Fig. 3 Visualization of the exciton density of the exciton mode corresponding to the largest eigenvalue of the particle-hole density matrix (λ_G) (a–d) for different interlayer spacings of MoSe₂–WSe₂. The largest eigenvalue corresponding to each density is plotted below each image against the distance between MoSe₂ and WSe₂ layers (e). The atomic orbital corresponding to the constrained location of the hole is plotted in red, while the probabilistic density of the electron is plotted in purple. The density plot and data point for the original interlayer distance are highlighted in grey.
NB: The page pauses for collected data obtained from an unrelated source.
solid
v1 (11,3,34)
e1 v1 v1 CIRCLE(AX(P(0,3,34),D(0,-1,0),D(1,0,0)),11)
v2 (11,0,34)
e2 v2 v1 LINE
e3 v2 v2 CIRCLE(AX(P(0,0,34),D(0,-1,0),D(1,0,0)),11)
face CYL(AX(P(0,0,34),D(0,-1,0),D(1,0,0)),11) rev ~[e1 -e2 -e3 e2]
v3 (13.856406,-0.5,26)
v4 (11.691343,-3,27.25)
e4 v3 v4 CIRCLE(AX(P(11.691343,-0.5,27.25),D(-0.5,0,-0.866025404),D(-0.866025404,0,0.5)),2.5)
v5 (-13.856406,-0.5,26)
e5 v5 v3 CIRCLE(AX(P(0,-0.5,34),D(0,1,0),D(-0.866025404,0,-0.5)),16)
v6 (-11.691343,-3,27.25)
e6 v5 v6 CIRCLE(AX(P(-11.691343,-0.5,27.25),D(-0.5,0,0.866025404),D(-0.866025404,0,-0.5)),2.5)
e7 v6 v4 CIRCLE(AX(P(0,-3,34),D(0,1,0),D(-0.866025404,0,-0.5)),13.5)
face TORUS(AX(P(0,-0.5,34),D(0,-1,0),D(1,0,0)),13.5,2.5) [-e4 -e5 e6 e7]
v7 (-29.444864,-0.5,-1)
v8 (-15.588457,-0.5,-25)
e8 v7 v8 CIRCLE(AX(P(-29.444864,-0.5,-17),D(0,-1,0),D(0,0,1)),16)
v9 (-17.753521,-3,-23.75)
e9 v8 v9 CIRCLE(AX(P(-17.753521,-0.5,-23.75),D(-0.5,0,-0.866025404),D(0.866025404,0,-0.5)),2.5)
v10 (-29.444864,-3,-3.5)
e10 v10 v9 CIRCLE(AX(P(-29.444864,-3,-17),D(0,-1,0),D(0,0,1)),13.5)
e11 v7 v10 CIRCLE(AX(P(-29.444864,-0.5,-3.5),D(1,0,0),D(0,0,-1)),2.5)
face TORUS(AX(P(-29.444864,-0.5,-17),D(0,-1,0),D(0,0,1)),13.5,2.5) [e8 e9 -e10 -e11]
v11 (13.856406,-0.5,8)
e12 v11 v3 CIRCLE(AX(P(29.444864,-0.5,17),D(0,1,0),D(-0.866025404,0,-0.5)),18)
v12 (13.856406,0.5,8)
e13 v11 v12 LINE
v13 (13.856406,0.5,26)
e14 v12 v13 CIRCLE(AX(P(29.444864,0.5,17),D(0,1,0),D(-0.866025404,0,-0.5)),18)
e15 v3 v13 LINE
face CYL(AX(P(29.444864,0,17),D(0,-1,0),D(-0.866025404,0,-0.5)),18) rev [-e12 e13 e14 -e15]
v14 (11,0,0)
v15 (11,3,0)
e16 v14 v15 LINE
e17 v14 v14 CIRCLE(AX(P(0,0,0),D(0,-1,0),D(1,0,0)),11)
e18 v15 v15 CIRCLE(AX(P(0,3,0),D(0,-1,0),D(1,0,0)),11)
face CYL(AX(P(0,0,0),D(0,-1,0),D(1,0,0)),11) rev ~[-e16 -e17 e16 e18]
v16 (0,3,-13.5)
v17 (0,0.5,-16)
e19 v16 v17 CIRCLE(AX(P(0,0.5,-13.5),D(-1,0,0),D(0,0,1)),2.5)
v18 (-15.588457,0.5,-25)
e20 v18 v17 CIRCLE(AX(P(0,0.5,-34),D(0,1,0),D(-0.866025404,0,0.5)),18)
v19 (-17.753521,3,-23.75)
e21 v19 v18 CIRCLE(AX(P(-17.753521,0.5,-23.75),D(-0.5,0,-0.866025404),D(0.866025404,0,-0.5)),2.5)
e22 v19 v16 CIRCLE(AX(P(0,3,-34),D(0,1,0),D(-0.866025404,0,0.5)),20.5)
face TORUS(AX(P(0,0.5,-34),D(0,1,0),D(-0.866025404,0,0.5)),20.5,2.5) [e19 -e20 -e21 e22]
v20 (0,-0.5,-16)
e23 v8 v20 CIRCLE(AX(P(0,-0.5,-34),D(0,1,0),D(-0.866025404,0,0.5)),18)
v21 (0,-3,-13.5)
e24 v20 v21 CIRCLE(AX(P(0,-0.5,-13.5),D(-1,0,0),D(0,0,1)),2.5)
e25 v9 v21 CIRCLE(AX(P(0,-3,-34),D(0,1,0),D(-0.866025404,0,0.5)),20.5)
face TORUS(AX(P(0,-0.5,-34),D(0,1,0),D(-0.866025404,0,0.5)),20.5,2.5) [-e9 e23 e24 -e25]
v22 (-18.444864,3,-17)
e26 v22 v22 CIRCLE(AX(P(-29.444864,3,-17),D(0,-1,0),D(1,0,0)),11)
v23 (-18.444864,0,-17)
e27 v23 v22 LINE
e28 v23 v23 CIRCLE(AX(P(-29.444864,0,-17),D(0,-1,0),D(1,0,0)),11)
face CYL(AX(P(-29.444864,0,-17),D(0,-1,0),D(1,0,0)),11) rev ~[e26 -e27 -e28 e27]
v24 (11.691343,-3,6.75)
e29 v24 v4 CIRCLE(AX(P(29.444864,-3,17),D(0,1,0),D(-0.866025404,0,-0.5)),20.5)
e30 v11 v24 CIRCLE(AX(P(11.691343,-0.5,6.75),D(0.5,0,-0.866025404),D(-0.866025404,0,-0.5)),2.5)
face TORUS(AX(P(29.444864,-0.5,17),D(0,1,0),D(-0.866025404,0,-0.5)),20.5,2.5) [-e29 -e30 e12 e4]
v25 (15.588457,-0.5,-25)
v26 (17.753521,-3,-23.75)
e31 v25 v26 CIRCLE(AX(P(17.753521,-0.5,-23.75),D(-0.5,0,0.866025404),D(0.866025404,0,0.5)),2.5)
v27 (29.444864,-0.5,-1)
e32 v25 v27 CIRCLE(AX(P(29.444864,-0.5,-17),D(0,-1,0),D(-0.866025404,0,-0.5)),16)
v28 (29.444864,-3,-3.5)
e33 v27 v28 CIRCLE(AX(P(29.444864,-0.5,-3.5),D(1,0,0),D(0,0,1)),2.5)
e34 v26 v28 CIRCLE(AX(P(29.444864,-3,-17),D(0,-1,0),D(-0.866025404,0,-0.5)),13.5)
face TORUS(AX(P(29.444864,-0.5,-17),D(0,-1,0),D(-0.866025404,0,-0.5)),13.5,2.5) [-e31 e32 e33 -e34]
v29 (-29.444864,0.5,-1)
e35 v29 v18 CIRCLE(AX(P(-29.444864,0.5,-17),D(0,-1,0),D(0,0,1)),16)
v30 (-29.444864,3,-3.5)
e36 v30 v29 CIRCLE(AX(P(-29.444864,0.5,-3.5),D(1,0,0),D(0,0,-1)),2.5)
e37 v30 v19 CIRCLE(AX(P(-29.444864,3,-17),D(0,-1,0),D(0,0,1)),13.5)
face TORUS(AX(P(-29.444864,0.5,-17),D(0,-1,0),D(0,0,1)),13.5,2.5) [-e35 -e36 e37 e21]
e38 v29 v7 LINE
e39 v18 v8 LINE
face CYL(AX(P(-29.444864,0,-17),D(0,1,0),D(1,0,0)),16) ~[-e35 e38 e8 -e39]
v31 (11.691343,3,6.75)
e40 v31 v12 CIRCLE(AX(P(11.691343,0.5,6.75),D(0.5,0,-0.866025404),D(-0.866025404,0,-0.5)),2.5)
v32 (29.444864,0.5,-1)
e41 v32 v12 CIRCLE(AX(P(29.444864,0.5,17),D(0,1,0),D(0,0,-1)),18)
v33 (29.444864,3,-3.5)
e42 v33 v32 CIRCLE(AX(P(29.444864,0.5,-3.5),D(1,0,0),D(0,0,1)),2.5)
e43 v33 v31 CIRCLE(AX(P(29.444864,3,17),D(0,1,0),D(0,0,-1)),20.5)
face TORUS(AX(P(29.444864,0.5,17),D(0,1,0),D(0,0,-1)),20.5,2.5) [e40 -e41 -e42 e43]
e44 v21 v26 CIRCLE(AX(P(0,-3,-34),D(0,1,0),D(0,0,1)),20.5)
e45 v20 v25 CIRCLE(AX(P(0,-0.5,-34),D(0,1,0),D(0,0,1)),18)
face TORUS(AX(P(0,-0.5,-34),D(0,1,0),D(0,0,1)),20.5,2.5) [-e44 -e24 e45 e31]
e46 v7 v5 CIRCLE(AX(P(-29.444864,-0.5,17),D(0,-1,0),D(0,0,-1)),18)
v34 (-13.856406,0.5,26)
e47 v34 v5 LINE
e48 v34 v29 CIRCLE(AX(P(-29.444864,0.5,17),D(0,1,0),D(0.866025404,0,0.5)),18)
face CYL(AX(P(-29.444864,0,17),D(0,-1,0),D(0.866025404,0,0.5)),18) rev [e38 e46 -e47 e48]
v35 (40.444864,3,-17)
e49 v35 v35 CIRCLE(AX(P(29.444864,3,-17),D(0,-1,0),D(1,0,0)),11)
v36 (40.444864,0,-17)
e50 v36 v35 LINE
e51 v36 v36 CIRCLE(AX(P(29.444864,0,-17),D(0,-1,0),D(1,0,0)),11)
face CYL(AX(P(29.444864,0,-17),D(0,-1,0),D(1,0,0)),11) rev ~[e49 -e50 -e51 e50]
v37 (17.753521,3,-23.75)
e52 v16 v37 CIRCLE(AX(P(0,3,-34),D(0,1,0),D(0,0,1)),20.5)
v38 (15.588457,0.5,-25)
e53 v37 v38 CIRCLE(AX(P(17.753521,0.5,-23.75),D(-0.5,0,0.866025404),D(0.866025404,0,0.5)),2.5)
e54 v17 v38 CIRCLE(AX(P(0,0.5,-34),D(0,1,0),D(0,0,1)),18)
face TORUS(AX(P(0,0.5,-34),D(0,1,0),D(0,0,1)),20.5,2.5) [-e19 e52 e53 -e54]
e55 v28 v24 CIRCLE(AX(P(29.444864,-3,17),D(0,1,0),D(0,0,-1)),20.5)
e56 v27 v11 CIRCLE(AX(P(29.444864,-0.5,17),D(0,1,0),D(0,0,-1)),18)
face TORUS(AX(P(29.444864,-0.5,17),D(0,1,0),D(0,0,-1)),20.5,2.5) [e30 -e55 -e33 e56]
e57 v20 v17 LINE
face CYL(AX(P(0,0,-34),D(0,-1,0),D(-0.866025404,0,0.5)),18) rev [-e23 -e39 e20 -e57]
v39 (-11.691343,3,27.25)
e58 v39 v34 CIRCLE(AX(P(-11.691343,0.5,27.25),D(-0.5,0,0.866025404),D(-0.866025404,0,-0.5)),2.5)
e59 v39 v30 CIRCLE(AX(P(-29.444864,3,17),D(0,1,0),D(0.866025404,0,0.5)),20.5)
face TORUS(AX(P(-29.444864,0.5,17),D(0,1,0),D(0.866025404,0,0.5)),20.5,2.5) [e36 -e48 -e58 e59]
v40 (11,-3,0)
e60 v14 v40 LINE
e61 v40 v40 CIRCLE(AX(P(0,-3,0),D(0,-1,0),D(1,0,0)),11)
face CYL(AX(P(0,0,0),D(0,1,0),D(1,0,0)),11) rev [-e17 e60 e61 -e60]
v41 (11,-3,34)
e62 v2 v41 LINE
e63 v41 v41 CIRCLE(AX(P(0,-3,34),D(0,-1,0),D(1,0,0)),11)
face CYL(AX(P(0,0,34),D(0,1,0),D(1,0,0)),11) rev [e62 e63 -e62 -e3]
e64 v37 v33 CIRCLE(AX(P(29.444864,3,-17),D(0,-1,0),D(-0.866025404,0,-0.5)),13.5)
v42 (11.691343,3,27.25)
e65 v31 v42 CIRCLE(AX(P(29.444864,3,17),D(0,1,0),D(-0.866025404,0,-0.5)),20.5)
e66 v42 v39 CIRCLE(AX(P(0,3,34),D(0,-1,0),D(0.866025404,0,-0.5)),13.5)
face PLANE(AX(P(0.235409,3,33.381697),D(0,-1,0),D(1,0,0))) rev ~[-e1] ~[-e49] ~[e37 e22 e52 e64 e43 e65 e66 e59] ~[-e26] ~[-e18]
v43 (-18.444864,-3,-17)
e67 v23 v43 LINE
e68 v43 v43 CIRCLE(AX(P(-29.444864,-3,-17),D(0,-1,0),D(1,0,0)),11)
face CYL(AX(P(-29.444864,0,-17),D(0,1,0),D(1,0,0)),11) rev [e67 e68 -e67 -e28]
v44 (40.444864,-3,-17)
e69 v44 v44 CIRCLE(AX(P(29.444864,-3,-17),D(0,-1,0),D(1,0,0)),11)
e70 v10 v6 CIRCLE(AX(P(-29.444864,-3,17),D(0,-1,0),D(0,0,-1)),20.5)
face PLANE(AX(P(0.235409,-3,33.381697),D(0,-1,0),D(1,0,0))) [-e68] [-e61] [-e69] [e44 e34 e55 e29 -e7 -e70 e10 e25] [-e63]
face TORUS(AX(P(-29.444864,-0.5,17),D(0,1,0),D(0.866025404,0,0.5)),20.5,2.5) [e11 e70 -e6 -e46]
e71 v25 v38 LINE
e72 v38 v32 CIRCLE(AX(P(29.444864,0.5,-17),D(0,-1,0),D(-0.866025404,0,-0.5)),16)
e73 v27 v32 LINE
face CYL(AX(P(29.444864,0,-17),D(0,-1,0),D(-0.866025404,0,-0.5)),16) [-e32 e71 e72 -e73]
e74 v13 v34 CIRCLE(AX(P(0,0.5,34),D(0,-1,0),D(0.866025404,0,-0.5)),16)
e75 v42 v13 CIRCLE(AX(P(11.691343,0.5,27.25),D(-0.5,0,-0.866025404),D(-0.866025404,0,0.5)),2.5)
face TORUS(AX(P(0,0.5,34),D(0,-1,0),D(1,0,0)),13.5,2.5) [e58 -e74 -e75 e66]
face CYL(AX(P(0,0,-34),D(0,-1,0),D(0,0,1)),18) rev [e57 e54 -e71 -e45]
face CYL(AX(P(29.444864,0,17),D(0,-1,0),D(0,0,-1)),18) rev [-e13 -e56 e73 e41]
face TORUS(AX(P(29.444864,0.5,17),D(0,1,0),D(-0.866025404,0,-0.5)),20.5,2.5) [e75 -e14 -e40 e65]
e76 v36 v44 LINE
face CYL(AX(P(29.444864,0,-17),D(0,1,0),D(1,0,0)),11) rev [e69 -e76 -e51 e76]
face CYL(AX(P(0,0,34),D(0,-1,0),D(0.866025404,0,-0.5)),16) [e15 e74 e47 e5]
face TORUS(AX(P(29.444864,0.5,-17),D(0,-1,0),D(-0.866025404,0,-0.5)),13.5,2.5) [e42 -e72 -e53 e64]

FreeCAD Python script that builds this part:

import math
import FreeCAD as App
import Part
import Sketcher
Q = App.Units.Quantity


def edges_at(feature, points):
    """Names of the edges that pass closest to the given points."""
    edges = feature.Shape.Edges
    near = lambda p: min(range(len(edges)), key=lambda i: edges[i].distToShape(Part.Vertex(*p))[0])
    return sorted({f"Edge{near(p) + 1}" for p in points})

doc = App.newDocument("Part")
body = doc.addObject("PartDesign::Body", "Body")

# Sketch on XZ plane
sketch1 = body.newObject("Sketcher::SketchObject", "Sketch")
sketch1.AttachmentSupport = (doc.getObject("XZ_Plane"), [""])
sketch1.MapMode = "FlatFace"
sketch1.addGeometry([
    Part.ArcOfCircle(Part.Circle(App.Vector(0, 34, 0), App.Vector(0, 0, 1), 16), math.radians(-30), math.radians(0)),  # 0
    Part.ArcOfCircle(Part.Circle(App.Vector(0, 34, 0), App.Vector(0, 0, 1), 16), math.radians(0), math.radians(210)),  # 1
    Part.ArcOfCircle(Part.Circle(App.Vector(-29, 17, 0), App.Vector(0, 0, 1), 18), math.radians(-30), math.radians(30)),  # 2
    Part.ArcOfCircle(Part.Circle(App.Vector(-29, 17, 0), App.Vector(0, 0, 1), 18), math.radians(-90), math.radians(-30)),  # 3
    Part.ArcOfCircle(Part.Circle(App.Vector(-29, -17, 0), App.Vector(0, 0, 1), 16), math.radians(90), math.radians(330)),  # 4
    Part.ArcOfCircle(Part.Circle(App.Vector(0, -34, 0), App.Vector(0, 0, 1), 18), math.radians(90), math.radians(150)),  # 5
    Part.ArcOfCircle(Part.Circle(App.Vector(0, -34, 0), App.Vector(0, 0, 1), 18), math.radians(30), math.radians(90)),  # 6
    Part.ArcOfCircle(Part.Circle(App.Vector(29, -17, 0), App.Vector(0, 0, 1), 16), math.radians(-150), math.radians(90)),  # 7
    Part.ArcOfCircle(Part.Circle(App.Vector(29, 17, 0), App.Vector(0, 0, 1), 18), math.radians(-150), math.radians(-90)),  # 8
    Part.ArcOfCircle(Part.Circle(App.Vector(29, 17, 0), App.Vector(0, 0, 1), 18), math.radians(150), math.radians(210)),  # 9
    Part.Circle(App.Vector(-29, -17, 0), App.Vector(0, 0, 1), 11),  # 10
    Part.Circle(App.Vector(29, -17, 0), App.Vector(0, 0, 1), 11),  # 11
    Part.Circle(App.Vector(0, 0, 0), App.Vector(0, 0, 1), 11),  # 12
    Part.Circle(App.Vector(0, 34, 0), App.Vector(0, 0, 1), 11),  # 13
], False)
sketch1.addConstraint([
    Sketcher.Constraint("Tangent", 0, 2, 1, 1),
    Sketcher.Constraint("Tangent", 1, 2, 2, 2),
    Sketcher.Constraint("Tangent", 2, 1, 3, 2),
    Sketcher.Constraint("Tangent", 3, 1, 4, 1),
Layer alignment in MoSe₂–WSe₂

The 2D nature of the heterostructure bilayers means that electronic properties can be engineered via different interlayer stacking alignments.^42–46

Due to the broken inversion symmetry in TMD bilayers, two distinct stacking orders emerge: a parallel configuration termed R (rhombohedral, 0° alignment between the layers) and an antiparallel configuration termed H (hexagonal, 180° alignment between the layers). Each configuration gives three high-symmetry stacking orders. To assess the influence of interlayer alignment on the degree of exciton condensation, λ_G is calculated for 2 × 2 models based on all six high-symmetry stacking orders of MoSe₂–WSe₂. These six stacking orders are referred to via the terminology used in ref. 47, wherein the superscript and subscript indicate to the top and bottom layers respectively, and h, X, and M refer to the hexagonal center, the transition metal atom, and the chalcogen atom. Each model is constructed by rotating the MoSe₂ layer of MoSe₂–WSe₂ such that the layer alignment corresponds to one of the six high symmetry stacking orders of MoSe₂–WSe₂. The signature of exciton condensation is plotted for each of the six interlayer alignments in Fig. 4g, with the exciton density of the mode corresponding to the large eigenvalue plotted next to each point. Note that here the location of the electron (purple) is constrained while the probabilistic density of the hole (red) is plotted. The location of the constrained particle differs between stackings, as the atomic-orbital composition of the active molecular orbitals involved in the exciton differs between stackings. A schematic of each alignment is depicted in Fig. 4a–f.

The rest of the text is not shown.